# Would PPS-Pro work for my tank?



## toffee (Jul 5, 2005)

This is my first post, so Hi to all.

I am wondering how can I take advantage of PPS system on my tank. 

Tank: 180g
Tapwater: 7.4 ph, 300Gh, 120Kh, 20-40ppm of nitrate.
Fishes: mainly cichlids and catfishes, from 3"-11" very heavy bio load and plants unfriendly.
Filters:
1. Sump: A giant sponge filter with pre filter.
2. External Emersed Plant Filter (EEPF)
with 3 peace lilies, 2 pothos and 2 wandering Jews. 
All houseplants are planted in pots with Profile aquasoil. 
Water pump to these pots and return via gravity.
Plants: 3 Amazon swords planted in pots.
Lights: 
1. 10hours: Each sword has its own lamp - 30w 5000k compact fluorescent with reflector.
2. 3 hours: 50/50 x 280w 

This tank required weekly WC due to high bio load and high nitrate in tapwater. The external emersed plant filter (EEPF) was installed recently to reduce nitrate and minimize water changes. So far, after about 5 weeks, the EEPF has worked. I haven't done WC since but the nitrate stayed at around 40ppm, not good but WC wouldn't help much since tap has high nitrate.

My problems:
1. The amazon swords are showing weak growth, new leaves are small, yellowish. Matured leaves have brown spots.
2. Amongst the houseplants, pothos is showing good growth. The peace lilies are showing slow growth and brown tip on some leaves.

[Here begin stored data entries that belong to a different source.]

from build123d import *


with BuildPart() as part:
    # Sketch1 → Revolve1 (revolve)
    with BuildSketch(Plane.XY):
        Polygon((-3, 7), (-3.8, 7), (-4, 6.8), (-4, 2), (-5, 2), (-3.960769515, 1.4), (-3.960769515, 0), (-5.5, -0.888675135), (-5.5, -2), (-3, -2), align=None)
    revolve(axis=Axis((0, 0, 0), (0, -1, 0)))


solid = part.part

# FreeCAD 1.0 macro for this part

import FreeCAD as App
import Part
import Sketcher

V = App.Vector
Q = App.Units.Quantity


def add_polygon(sketch, points):
    """Adds a closed chain of lines whose ends are joined by coincident constraints."""
    first, n = sketch.GeometryCount, len(points)
    for a, b in zip(points, points[1:] + points[:1]):
        sketch.addGeometry(Part.LineSegment(App.Vector(*a, 0), App.Vector(*b, 0)), False)
    for i in range(n):
        sketch.addConstraint(Sketcher.Constraint("Coincident", first + i, 2, first + (i + 1) % n, 1))

doc = App.newDocument("Part")
body = doc.addObject("PartDesign::Body", "Body")

sketch1 = doc.addObject("Sketcher::SketchObject", "Sketch")
body.addObject(sketch1)
sketch1.AttachmentSupport = (doc.XY_Plane, [""])
sketch1.MapMode = "FlatFace"
add_polygon(sketch1, [(-3, 7), (-3.8, 7), (-4, 6.8), (-4, 2), (-5, 2), (-3.96, 1.4), (-3.96, 0), (-5.5, -0.89), (-5.5, -2), (-3, -2)])
sketch1.addConstraint([
    Sketcher.Constraint("Horizontal", 0),
    Sketcher.Constraint("Vertical", 2),
    Sketcher.Constraint("Horizontal", 3),
    Sketcher.Constraint("Vertical", 5),
    Sketcher.Constraint("Vertical", 7),
    Sketcher.Constraint("Horizontal", 8),
    Sketcher.Constraint("Vertical", 9),
    Sketcher.Constraint("PointOnObject", 5, 2, -1),
    Sketcher.Constraint("DistanceX", 3, 2, 3, 1, 1.0),
    Sketcher.Constraint("DistanceY", 9, 1, 9, 2, 9.0),
    Sketcher.Constraint("Angle", 1, Q("-135 deg")),
    Sketcher.Constraint("Angle", 4, Q("-30 deg")),
    Sketcher.Constraint("Angle", 6, Q("-150 deg")),
    Sketcher.Constraint("DistanceX", 0, 2, 0, 1, 0.8),
    Sketcher.Constraint("DistanceX", 8, 1, 8, 2, 2.5),
    Sketcher.Constraint("DistanceY", 2, 2, 2, 1, 4.8),
    Sketcher.Constraint("DistanceY", 5, 2, 5, 1, 1.4),
    Sketcher.Constraint("DistanceY", -1, 1, 0, 2, 7.0),
    Sketcher.Constraint("DistanceX", 1, 2, -1, 1, 4.0),
    Sketcher.Constraint("DistanceY", -1, 1, 2, 2, 2.0),
])
revolution = doc.addObject("PartDesign::Revolution", "Revolution")
body.addObject(revolution)
revolution.Profile = sketch1
revolution.ReferenceAxis = (sketch1, ["V_Axis"])
revolution.Angle = 360

doc.recompute()
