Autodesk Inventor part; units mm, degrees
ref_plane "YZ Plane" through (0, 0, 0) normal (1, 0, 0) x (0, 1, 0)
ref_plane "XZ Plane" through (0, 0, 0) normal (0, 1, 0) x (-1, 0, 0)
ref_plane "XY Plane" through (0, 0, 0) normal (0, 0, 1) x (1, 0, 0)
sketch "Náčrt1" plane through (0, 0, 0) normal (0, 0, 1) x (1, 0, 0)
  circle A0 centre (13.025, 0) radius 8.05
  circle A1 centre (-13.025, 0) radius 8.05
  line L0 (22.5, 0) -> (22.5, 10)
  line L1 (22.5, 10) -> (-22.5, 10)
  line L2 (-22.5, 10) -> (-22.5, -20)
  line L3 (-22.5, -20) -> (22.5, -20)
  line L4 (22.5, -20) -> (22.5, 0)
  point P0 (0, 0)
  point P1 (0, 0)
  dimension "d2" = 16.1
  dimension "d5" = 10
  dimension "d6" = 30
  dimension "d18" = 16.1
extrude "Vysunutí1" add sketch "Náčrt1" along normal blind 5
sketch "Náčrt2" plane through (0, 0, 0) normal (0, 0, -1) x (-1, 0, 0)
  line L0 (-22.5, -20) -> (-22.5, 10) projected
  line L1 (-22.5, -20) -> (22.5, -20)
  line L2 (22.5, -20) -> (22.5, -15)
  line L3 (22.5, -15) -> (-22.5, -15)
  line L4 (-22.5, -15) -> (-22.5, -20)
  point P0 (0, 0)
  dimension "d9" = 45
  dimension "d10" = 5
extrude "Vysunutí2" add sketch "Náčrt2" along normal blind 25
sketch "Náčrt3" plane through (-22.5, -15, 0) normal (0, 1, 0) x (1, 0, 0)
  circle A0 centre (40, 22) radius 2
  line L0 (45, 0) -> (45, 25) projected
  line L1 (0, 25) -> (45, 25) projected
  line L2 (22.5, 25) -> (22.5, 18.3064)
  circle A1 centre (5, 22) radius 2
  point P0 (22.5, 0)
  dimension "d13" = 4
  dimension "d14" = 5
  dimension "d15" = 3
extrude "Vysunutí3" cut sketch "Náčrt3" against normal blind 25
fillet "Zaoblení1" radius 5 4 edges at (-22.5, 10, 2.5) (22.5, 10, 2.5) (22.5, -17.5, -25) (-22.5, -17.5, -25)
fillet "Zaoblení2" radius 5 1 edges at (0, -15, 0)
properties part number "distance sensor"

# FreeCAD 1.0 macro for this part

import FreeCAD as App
import Part
import Sketcher

V = App.Vector
Q = App.Units.Quantity


def edges_at(feature, points):
    """Names of the edges that pass closest to the given points."""
    edges = feature.Shape.Edges
    near = lambda p: min(range(len(edges)), key=lambda i: edges[i].distToShape(Part.Vertex(*p))[0])
    return sorted({f"Edge{near(p) + 1}" for p in points})

doc = App.newDocument("Part")
body = doc.addObject("PartDesign::Body", "Body")

# Sketch on XY plane
sketch1 = body.newObject("Sketcher::SketchObject", "Sketch")
sketch1.AttachmentSupport = (doc.getObject("XY_Plane"), [""])
sketch1.MapMode = "FlatFace"
sketch1.addGeometry([
    Part.LineSegment(V(22, -20, 0), V(22, 10, 0)),  # 0
    Part.LineSegment(V(22, 10, 0), V(-22, 10, 0)),  # 1
    Part.LineSegment(V(-22, 10, 0), V(-22, -20, 0)),  # 2
    Part.LineSegment(V(-22, -20, 0), V(22, -20, 0)),  # 3
    Part.Circle(V(-13, 0, 0), V(0, 0, 1), 8),  # 4
    Part.Circle(V(13, 0, 0), V(0, 0, 1), 8),  # 5
], False)
sketch1.addConstraint([
    Sketcher.Constraint("Coincident", 0, 2, 1, 1),
    Sketcher.Constraint("Coincident", 1, 2, 2, 1),
    Sketcher.Constraint("Coincident", 2, 2, 3, 1),
    Sketcher.Constraint("Coincident", 3, 2, 0, 1),
    Sketcher.Constraint("Vertical", 0),
    Sketcher.Constraint("Horizontal", 1),
    Sketcher.Constraint("Vertical", 2),
    Sketcher.Constraint("Horizontal", 3),
    Sketcher.Constraint("Equal", 4, 5),
    Sketcher.Constraint("Symmetric", 4, 3, 5, 3, -1, 1),
    Sketcher.Constraint("PointOnObject", 4, 3, -1),
    Sketcher.Constraint("Diameter", 4, Q("16.1 mm")),
    Sketcher.Constraint("DistanceY", 0, 1, 0, 2, Q("30 mm")),
    Sketcher.Constraint("DistanceY", -1, 1, 0, 2, Q("10 mm")),
    Sketcher.Constraint("DistanceX", 1, 2, 1, 1, Q("45 mm")),
    Sketcher.Constraint("DistanceX", -1, 1, 0, 2, Q("22.5 mm")),
    Sketcher.Constraint("DistanceX", 4, 3, 5, 3, Q("26.05 mm")),
])
pad1 = body.newObject("PartDesign::Pad", "Pad")
pad1.Profile = sketch1
pad1.Length = 5

# Sketch on XY plane
sketch2 = body.newObject("Sketcher::SketchObject", "Sketch001")
sketch2.AttachmentSupport = (doc.getObject("XY_Plane"), [""])
sketch2.MapMode = "FlatFace"
sketch2.addGeometry([
    Part.LineSegment(V(22, -15, 0), V(22, -20, 0)),
    Part.LineSegment(V(22, -20, 0), V(-22, -20, 0)),
    Part.LineSegment(V(-22, -20, 0), V(-22, -15, 0)),
    Part.LineSegment(V(-22, -15, 0), V(22, -15, 0)),
], False)
sketch2.addConstraint([
    Sketcher.Constraint("Coincident", 0, 2, 1, 1),
    Sketcher.Constraint("Coincident", 1, 2, 2, 1),
    Sketcher.Constraint("Coincident", 2, 2, 3, 1),
    Sketcher.Constraint("Coincident", 3, 2, 0, 1),
    Sketcher.Constraint("Vertical", 0),
    Sketcher.Constraint("Horizontal", 1),
    Sketcher.Constraint("Vertical", 2),
    Sketcher.Constraint("Horizontal", 3),
    Sketcher.Constraint("DistanceX", 1, 2, 1, 1, Q("45 mm")),
    Sketcher.Constraint("DistanceY", 0, 2, 0, 1, Q("5 mm")),
    Sketcher.Constraint("DistanceY", 0, 2, -1, 1, Q("20 mm")),
    Sketcher.Constraint("DistanceX", -1, 1, 0, 2, Q("22.5 mm")),
])
pad2 = body.newObject("PartDesign::Pad", "Pad001")
pad2.Profile = sketch2
pad2.Length = 25
pad2.Reversed = True

# Sketch on XZ plane
sketch3 = body.newObject("Sketcher::SketchObject", "Sketch002")
sketch3.AttachmentSupport = (doc.getObject("XZ_Plane"), [""])
sketch3.MapMode = "FlatFace"
sketch3.AttachmentOffset = App.Placement(V(0, 0, 15), App.Rotation())
sketch3.addGeometry([
    Part.Circle(V(17.5, -22, 0), V(0, 0, 1), 2),
    Part.Circle(V(-17.5, -22, 0), V(0, 0, 1), 2),
], False)
sketch3.addConstraint([
    Sketcher.Constraint("Equal", 0, 1),
    Sketcher.Constraint("Symmetric", 0, 3, 1, 3, -2),
    Sketcher.Constraint("Diameter", 0, Q("4 mm")),
    Sketcher.Constraint("DistanceY", 0, 3, -1, 1, Q("22 mm")),
    Sketcher.Constraint("DistanceX", 1, 3, 0, 3, Q("35 mm")),
])
pocket1 = body.newObject("PartDesign::Pocket", "Pocket")
pocket1.Profile = sketch3
pocket1.Length = 25
pocket1.Reversed = True
doc.recompute()

fillet = body.newObject("PartDesign::Fillet", "Fillet")
fillet.Base = (pocket1, edges_at(pocket1, [
    (-22.5, 10, 2.5),
    (22.5, 10, 2.5),
    (22.5, -17.5, -25),
    (-22.5, -17.5, -25),
]))
fillet.Radius = 5
doc.recompute()

fillet2 = body.newObject("PartDesign::Fillet", "Fillet001")
fillet2.Base = (fillet, edges_at(fillet, [(0, -15, 0)]))
fillet2.Radius = 5

doc.recompute()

Can I use PPS-Pro?? Since I have high nitrate and probably phosphate due to high bio load, show I just add K2SO4 and Mg + micro?

Thanks for helping.


----------



## Edward (May 25, 2004)

Welcome to APC.

Planted aquariums are about balanced ecosystems between plants and fish. PPS-Pro makes it possible. Your ~11" large fish make such balance difficult. 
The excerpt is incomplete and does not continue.